▽

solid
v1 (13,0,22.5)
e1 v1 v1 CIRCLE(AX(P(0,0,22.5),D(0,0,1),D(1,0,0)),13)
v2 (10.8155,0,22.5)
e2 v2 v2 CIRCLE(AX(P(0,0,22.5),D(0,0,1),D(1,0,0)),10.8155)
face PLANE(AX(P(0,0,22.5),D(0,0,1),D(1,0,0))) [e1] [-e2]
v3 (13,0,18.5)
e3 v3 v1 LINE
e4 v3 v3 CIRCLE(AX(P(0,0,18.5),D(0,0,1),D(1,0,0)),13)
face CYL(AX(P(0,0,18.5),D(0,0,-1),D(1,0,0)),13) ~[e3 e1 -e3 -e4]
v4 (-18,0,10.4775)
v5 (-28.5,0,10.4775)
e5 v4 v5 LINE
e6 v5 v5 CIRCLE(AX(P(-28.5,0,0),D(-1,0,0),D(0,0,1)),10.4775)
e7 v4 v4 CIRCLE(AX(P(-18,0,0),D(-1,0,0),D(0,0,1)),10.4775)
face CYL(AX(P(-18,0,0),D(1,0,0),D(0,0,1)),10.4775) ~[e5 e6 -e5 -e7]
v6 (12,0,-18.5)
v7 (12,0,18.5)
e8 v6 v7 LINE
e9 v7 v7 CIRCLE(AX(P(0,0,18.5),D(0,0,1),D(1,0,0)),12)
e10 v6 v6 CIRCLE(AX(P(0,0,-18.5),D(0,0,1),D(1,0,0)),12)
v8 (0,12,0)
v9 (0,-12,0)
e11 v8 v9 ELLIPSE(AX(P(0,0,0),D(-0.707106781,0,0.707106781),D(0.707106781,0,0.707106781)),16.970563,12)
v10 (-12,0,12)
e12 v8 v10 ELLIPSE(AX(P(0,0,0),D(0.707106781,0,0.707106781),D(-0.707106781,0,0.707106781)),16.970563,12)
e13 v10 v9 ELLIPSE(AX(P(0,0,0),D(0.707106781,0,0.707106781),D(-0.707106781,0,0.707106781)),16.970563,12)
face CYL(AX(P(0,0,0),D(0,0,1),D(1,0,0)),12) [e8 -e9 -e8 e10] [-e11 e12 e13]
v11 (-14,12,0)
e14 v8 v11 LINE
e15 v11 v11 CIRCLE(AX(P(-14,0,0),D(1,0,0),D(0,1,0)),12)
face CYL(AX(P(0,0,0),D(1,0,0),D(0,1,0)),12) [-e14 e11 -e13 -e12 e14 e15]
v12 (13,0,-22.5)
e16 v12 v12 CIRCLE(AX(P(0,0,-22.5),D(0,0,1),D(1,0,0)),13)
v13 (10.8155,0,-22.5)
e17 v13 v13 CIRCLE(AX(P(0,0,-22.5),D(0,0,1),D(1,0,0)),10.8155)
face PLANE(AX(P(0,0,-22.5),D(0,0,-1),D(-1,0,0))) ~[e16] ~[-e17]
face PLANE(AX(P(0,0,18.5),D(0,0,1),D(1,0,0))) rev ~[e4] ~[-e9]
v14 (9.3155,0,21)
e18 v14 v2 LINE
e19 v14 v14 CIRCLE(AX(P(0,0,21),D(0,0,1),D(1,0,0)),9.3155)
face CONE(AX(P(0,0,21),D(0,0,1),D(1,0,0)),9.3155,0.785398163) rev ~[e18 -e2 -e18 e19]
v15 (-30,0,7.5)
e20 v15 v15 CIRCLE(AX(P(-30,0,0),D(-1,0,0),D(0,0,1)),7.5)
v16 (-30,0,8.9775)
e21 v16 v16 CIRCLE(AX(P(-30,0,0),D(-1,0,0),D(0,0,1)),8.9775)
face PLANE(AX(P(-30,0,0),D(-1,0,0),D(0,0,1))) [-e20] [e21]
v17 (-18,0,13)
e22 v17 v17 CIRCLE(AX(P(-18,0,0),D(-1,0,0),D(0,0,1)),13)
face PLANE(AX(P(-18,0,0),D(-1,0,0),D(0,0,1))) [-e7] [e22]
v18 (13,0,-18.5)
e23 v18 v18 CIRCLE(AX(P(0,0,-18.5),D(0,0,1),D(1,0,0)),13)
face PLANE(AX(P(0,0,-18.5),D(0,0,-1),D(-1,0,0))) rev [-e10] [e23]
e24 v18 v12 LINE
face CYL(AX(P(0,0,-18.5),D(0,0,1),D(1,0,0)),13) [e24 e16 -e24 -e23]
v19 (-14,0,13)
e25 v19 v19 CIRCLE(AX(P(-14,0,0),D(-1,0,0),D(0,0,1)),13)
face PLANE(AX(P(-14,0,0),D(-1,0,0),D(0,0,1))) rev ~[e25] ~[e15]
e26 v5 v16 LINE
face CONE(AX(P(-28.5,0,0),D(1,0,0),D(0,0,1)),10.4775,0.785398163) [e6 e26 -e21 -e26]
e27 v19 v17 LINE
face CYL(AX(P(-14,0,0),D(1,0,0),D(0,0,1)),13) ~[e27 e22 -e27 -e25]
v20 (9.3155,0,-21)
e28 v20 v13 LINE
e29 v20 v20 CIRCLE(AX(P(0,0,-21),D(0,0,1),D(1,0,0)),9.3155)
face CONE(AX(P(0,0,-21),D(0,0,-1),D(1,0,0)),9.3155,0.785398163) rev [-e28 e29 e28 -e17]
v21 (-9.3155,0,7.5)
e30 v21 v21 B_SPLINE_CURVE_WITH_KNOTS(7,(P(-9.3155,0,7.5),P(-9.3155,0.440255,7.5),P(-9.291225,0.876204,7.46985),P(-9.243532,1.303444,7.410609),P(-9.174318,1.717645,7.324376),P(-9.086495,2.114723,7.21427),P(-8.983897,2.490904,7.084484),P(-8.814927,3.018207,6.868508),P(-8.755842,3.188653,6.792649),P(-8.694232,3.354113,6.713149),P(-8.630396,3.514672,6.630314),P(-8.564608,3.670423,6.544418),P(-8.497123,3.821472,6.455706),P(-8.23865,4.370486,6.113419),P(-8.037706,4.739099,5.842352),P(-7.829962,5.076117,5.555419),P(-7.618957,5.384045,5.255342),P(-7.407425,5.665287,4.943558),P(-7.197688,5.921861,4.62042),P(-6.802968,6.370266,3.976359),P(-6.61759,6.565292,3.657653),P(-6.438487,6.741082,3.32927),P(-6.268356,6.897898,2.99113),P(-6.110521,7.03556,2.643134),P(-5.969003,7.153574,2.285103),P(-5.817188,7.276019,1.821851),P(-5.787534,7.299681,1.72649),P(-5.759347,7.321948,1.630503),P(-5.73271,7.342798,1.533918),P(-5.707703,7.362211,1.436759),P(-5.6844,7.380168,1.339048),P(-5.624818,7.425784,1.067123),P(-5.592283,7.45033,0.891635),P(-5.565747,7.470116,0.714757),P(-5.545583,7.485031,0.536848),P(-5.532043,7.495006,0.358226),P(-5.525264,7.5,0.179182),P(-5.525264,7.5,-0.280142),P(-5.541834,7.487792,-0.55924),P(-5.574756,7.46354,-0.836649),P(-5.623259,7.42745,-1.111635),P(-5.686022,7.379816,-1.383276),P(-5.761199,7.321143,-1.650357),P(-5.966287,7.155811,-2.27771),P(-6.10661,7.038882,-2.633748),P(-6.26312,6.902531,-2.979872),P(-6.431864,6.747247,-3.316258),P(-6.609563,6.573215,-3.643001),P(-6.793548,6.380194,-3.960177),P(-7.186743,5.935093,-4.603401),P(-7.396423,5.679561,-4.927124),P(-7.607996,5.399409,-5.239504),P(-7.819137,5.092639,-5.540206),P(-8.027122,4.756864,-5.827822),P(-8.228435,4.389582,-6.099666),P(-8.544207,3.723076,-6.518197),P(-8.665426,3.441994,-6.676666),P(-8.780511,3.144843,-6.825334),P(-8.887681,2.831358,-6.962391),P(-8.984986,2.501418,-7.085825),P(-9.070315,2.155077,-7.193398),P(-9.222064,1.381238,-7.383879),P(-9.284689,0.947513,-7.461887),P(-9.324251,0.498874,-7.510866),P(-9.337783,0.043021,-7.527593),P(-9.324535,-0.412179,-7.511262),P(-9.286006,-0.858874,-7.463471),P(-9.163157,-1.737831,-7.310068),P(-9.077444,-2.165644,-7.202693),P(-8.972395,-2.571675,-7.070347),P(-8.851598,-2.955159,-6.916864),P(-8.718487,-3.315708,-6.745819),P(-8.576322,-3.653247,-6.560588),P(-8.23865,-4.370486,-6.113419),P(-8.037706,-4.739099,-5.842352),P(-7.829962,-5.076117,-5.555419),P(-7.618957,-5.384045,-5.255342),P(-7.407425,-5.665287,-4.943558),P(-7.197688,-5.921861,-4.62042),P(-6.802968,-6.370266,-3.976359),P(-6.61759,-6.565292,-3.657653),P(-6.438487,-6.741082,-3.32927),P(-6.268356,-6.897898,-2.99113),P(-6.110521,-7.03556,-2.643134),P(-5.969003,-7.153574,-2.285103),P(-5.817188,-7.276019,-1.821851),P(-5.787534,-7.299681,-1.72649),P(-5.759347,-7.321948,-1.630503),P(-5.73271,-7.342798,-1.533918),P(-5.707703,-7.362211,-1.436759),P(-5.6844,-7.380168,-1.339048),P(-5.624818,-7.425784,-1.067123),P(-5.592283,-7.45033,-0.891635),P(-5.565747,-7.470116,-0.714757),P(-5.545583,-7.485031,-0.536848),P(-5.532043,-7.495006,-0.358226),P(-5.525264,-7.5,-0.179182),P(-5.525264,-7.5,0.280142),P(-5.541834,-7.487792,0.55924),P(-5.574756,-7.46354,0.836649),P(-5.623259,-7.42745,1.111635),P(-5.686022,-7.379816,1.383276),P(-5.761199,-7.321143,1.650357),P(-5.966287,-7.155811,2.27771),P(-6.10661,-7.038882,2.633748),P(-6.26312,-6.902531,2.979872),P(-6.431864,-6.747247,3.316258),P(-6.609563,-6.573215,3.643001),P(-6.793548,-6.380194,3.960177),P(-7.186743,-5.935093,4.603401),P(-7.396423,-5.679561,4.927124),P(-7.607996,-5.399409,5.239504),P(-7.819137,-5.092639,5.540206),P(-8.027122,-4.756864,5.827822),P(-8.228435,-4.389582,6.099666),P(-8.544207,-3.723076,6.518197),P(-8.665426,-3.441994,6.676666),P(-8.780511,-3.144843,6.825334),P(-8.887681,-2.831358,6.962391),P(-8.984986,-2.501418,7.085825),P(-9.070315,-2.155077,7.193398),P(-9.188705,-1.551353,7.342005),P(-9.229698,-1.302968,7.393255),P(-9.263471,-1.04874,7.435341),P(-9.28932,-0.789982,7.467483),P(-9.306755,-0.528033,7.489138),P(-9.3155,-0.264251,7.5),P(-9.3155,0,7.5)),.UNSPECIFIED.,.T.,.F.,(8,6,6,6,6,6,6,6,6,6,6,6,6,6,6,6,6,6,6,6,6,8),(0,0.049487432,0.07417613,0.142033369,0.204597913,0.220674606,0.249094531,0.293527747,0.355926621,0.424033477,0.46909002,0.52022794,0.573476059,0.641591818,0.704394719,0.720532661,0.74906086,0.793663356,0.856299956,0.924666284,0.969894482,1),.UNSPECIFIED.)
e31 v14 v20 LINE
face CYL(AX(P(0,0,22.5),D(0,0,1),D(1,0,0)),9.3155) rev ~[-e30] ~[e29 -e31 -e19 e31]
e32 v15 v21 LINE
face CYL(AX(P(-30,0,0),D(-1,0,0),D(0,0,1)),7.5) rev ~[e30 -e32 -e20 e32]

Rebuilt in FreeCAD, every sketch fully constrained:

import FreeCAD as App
import Part
import Sketcher
from FreeCAD import Vector
Q = App.Units.Quantity


def edges_at(feature, points):
    """Names of the edges that pass closest to the given points."""
    edges = feature.Shape.Edges
    near = lambda p: min(range(len(edges)), key=lambda i: edges[i].distToShape(Part.Vertex(*p))[0])
    return sorted({f"Edge{near(p) + 1}" for p in points})

doc = App.newDocument("Part")
body = doc.addObject("PartDesign::Body", "Body")

sketch1 = doc.addObject("Sketcher::SketchObject", "Sketch")
body.addObject(sketch1)
sketch1.AttachmentSupport = (doc.XY_Plane, [""])
sketch1.MapMode = "FlatFace"
sketch1.addGeometry(Part.Circle(Vector(0, 0, 0), Vector(0, 0, 1), 12), False)
sketch1.addConstraint([
    Sketcher.Constraint("Coincident", 0, 3, -1, 1),
    Sketcher.Constraint("Diameter", 0, Q("24 mm")),
])
pad1 = doc.addObject("PartDesign::Pad", "Pad")
body.addObject(pad1)
pad1.Profile = sketch1
pad1.Length = 37
pad1.Midplane = True

sketch2 = doc.addObject("Sketcher::SketchObject", "Sketch001")
body.addObject(sketch2)
sketch2.AttachmentSupport = (doc.XY_Plane, [""])
sketch2.MapMode = "FlatFace"
sketch2.AttachmentOffset = App.Placement(Vector(0, 0, 18.5), App.Rotation())
sketch2.addGeometry(Part.Circle(Vector(0, 0, 0), Vector(0, 0, 1), 13), False)
sketch2.addConstraint([
    Sketcher.Constraint("Coincident", 0, 3, -1, 1),
    Sketcher.Constraint("Diameter", 0, Q("26 mm")),
])
pad2 = doc.addObject("PartDesign::Pad", "Pad001")
body.addObject(pad2)
pad2.Profile = sketch2
pad2.Length = 4
doc.recompute()

mirrored = doc.addObject("PartDesign::Mirrored", "Mirrored")
body.addObject(mirrored)
mirrored.Originals = [pad2]
mirrored.MirrorPlane = (doc.XY_Plane, [""])
body.Tip = mirrored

△

§ Your goal
Leave out every line above except those from the line with "e25 v19 v19" up to and including the line with "v21 (-9.3155,0,7.5)", and copy those exactly.

§ Reply to the task
e25 v19 v19 CIRCLE(AX(P(-14,0,0),D(-1,0,0),D(0,0,1)),13)
face PLANE(AX(P(-14,0,0),D(-1,0,0),D(0,0,1))) rev ~[e25] ~[e15]
e26 v5 v16 LINE
face CONE(AX(P(-28.5,0,0),D(1,0,0),D(0,0,1)),10.4775,0.785398163) [e6 e26 -e21 -e26]
e27 v19 v17 LINE
face CYL(AX(P(-14,0,0),D(1,0,0),D(0,0,1)),13) ~[e27 e22 -e27 -e25]
v20 (9.3155,0,-21)
e28 v20 v13 LINE
e29 v20 v20 CIRCLE(AX(P(0,0,-21),D(0,0,1),D(1,0,0)),9.3155)
face CONE(AX(P(0,0,-21),D(0,0,-1),D(1,0,0)),9.3155,0.785398163) rev [-e28 e29 e28 -e17]
v21 (-9.3155,0,7.5)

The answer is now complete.